China remains the nation that has a visitor count to B.C. that most lags 2019. There were 12,222 mainland Chinese visitors to B.C. in June, down 66.4 per cent from the same month in 2019. China earlier ths month left Canada off a list of countries approved for group tours, indicating that it may be a slow road to full recovery in overnight visitors from that country.

The Chinese government at the time cited anti-Asian hate in Canada, as well as that Canada has criticized alleged interference by China in Canadian elections.

The silver lining is that the 12,222 mainland Chinese visitors to Canada via B.C. ports in June was 241.7 per cent more than in June 2022 – the biggest percentage gain, compared with last year, among all nations.

The number of weekly non-stop flights between Vancouver and mainland China remains far below what it was pre-pandemic.

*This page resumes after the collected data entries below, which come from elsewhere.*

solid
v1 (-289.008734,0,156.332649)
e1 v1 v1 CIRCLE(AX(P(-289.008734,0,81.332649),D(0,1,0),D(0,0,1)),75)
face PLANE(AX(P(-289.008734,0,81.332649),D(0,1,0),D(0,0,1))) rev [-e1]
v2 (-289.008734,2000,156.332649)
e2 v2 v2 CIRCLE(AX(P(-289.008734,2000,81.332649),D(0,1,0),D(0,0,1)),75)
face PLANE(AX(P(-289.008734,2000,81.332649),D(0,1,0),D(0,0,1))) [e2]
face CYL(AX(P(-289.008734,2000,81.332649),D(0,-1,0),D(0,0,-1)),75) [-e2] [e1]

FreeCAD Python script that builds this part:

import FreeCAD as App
import Part
import Sketcher

V = App.Vector

doc = App.newDocument("Part")
body = doc.addObject("PartDesign::Body", "Body")

# Sketch on XZ plane
sketch1 = body.newObject("Sketcher::SketchObject", "Sketch")
sketch1.AttachmentSupport = (doc.getObject("XZ_Plane"), [""])
sketch1.MapMode = "FlatFace"
sketch1.addGeometry(Part.Circle(V(-289, 81, 0), V(0, 0, 1), 75), False)
sketch1.addConstraint(Sketcher.Constraint("Diameter", 0, 150.0))
sketch1.addConstraint(Sketcher.Constraint("DistanceY", -1, 1, 0, 3, 81.332649))
sketch1.addConstraint(Sketcher.Constraint("DistanceX", 0, 3, -1, 1, 289.008734))
pad1 = body.newObject("PartDesign::Pad", "Pad")
pad1.Profile = sketch1
pad1.Length = 2000
pad1.Reversed = True

doc.recompute()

Chinese and Canadian representatives are discussing how to increase the number of non-stop flights between the two countries but whether concrete action will result is anyone's guess.

The U.S. remains the nation that sends the most overnight visitors to B.C. There were 390,202 Americans who stayed overnight in Canada after entering the country through a B.C. border crossing in June. That is down 27.5 per cent from the same month in 2019 but up 42.1 per cent from June 2022.